## WHAT TO DO
Reproduce exactly, from the data that follows, the line with "v -11.4 39.98 -2", the line with "v -15.5 37 2", and every line that lies between them.

## SUPPLIED ENTRIES
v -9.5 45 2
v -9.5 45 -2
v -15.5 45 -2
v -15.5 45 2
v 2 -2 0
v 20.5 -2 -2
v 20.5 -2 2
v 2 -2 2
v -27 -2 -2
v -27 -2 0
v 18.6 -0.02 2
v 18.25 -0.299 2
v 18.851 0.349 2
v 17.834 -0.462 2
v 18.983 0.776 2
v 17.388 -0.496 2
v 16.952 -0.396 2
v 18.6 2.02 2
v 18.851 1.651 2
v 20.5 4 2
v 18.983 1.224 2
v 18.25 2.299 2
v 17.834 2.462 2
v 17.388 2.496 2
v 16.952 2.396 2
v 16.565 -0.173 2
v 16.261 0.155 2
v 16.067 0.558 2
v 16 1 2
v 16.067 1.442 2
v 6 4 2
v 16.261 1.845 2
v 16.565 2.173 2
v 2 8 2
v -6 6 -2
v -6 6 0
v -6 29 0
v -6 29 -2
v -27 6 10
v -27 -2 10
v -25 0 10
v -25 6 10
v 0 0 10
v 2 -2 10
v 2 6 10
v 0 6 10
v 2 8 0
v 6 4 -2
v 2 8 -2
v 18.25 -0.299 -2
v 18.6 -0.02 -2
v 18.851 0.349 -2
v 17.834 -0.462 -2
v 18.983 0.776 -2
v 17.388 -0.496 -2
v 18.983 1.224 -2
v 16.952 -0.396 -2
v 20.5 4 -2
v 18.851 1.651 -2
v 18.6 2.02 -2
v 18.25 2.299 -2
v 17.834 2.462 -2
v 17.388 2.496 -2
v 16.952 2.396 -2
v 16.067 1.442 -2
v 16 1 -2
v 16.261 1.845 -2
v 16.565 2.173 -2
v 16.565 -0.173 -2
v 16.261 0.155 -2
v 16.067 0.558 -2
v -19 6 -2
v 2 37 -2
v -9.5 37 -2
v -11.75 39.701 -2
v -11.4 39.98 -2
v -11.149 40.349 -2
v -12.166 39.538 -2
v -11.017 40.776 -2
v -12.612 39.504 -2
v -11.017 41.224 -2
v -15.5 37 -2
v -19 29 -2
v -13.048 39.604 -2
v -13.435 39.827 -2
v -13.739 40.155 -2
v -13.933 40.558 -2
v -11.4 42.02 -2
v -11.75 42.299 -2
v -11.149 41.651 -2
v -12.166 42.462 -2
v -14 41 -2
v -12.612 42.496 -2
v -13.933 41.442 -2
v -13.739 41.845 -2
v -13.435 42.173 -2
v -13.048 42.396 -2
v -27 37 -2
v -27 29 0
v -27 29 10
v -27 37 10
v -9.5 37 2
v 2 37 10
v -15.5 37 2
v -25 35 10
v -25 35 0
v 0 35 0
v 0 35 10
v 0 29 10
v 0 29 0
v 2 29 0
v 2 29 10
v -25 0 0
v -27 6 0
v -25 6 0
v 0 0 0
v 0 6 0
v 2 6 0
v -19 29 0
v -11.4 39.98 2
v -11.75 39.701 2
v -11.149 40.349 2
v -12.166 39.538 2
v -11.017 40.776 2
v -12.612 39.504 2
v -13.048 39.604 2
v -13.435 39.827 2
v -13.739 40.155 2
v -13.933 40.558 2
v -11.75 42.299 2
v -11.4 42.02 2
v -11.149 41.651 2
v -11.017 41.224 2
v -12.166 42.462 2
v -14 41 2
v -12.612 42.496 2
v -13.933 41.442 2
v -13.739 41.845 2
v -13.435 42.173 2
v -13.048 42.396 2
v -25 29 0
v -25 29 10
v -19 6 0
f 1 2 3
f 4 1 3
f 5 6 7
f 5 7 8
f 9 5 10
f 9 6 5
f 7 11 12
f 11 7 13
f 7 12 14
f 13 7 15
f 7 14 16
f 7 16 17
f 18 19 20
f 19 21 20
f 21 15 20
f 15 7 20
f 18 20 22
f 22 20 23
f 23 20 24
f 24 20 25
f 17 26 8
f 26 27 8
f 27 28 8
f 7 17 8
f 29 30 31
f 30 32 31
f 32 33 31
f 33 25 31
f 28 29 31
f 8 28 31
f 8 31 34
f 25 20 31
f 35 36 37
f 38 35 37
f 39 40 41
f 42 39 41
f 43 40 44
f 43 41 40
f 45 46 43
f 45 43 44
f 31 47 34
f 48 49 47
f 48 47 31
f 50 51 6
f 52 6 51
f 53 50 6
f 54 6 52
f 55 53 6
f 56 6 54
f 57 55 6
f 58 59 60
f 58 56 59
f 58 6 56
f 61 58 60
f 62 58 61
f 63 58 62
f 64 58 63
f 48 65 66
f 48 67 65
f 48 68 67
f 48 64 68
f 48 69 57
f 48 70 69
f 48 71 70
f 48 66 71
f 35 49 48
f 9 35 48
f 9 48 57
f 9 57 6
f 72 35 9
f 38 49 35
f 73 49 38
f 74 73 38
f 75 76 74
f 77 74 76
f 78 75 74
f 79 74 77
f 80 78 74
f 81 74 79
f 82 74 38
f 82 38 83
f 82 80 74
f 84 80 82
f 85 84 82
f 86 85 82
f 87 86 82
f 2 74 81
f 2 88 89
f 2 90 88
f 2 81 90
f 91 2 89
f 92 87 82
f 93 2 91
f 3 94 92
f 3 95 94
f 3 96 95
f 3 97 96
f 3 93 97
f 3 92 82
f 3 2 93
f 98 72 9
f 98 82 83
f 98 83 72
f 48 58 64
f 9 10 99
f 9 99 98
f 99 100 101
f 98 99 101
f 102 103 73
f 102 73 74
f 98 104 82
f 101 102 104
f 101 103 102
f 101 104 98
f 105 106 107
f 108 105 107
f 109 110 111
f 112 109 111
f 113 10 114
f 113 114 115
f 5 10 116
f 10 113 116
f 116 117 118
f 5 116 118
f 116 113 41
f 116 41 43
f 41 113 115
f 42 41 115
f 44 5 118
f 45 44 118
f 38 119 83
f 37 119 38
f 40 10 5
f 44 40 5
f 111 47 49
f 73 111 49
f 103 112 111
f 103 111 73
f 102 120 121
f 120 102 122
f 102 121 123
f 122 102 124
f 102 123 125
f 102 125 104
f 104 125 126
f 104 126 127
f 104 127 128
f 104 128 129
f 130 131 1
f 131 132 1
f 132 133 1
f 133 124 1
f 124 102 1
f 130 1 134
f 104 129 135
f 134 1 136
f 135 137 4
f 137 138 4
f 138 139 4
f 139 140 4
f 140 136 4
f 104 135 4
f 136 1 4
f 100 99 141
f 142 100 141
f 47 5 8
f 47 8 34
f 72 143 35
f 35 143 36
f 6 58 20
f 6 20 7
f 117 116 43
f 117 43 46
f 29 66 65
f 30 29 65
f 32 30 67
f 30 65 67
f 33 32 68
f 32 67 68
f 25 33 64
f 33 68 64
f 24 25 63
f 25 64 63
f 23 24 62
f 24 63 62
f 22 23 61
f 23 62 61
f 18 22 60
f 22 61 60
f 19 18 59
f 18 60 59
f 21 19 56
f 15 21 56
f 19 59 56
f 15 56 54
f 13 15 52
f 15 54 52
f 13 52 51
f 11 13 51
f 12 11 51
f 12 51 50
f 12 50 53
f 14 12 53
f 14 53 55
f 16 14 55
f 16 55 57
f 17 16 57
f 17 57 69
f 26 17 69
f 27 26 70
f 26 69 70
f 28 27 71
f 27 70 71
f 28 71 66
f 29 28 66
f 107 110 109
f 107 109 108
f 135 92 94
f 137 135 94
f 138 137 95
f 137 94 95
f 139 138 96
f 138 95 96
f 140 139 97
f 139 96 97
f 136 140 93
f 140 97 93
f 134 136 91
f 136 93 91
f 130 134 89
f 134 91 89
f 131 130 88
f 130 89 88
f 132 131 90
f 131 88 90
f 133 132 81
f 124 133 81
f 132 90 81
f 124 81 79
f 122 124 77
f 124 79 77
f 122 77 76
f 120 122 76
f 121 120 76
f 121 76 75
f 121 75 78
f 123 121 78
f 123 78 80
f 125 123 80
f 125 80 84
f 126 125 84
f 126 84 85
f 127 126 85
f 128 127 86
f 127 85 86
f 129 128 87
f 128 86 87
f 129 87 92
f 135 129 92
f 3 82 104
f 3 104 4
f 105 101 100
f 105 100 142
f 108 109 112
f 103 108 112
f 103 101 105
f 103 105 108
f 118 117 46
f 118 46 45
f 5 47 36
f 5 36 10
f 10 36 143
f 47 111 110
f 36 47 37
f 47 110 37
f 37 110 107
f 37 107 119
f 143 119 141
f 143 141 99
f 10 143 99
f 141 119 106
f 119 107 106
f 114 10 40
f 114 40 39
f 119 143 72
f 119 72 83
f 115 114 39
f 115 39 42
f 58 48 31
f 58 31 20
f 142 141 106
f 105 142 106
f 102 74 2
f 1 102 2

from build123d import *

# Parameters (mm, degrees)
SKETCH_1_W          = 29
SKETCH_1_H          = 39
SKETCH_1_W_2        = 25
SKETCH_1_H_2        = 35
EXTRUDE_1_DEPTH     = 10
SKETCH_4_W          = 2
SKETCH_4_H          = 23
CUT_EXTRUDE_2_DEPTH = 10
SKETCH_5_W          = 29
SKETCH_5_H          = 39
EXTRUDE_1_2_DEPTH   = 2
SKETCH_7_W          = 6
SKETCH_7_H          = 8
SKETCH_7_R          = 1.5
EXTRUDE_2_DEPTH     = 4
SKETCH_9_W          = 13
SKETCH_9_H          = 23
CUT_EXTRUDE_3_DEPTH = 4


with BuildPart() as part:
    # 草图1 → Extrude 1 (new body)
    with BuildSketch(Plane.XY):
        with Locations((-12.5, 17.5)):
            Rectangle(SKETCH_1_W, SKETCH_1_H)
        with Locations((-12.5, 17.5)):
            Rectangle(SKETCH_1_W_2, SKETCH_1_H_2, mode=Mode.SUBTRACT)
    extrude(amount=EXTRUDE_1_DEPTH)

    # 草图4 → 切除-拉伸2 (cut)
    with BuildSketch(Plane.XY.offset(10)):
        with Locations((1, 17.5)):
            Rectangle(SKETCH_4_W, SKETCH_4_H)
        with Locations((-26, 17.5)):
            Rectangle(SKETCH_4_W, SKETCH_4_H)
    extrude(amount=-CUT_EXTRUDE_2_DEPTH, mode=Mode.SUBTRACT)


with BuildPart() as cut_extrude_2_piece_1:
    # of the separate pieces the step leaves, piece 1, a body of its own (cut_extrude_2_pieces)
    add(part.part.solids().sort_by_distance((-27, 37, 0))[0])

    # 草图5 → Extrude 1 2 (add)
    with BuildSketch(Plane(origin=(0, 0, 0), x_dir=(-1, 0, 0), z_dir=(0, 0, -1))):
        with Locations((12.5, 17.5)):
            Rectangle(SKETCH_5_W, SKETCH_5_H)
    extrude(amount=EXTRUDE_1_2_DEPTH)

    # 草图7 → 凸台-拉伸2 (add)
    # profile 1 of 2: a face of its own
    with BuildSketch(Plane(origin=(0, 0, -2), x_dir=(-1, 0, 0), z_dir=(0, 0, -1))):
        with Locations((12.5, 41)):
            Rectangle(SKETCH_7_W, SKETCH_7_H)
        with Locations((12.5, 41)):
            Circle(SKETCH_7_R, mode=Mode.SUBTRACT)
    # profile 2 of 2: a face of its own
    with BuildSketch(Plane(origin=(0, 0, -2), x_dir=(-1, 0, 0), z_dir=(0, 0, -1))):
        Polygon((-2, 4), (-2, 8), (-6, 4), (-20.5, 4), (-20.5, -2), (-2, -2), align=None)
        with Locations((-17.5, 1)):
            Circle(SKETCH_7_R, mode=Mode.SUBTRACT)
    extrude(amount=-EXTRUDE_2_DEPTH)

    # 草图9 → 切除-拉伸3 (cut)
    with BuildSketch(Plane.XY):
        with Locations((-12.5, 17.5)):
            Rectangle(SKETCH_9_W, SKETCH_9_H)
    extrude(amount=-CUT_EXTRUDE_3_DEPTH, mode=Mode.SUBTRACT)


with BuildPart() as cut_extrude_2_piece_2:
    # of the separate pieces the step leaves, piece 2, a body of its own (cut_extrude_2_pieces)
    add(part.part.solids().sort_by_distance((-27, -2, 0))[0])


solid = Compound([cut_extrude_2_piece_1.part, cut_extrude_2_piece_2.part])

## ANSWER TO THIS PROBLEM
v -11.4 39.98 -2
v -11.149 40.349 -2
v -12.166 39.538 -2
v -11.017 40.776 -2
v -12.612 39.504 -2
v -11.017 41.224 -2
v -15.5 37 -2
v -19 29 -2
v -13.048 39.604 -2
v -13.435 39.827 -2
v -13.739 40.155 -2
v -13.933 40.558 -2
v -11.4 42.02 -2
v -11.75 42.299 -2
v -11.149 41.651 -2
v -12.166 42.462 -2
v -14 41 -2
v -12.612 42.496 -2
v -13.933 41.442 -2
v -13.739 41.845 -2
v -13.435 42.173 -2
v -13.048 42.396 -2
v -27 37 -2
v -27 29 0
v -27 29 10
v -27 37 10
v -9.5 37 2
v 2 37 10
v -15.5 37 2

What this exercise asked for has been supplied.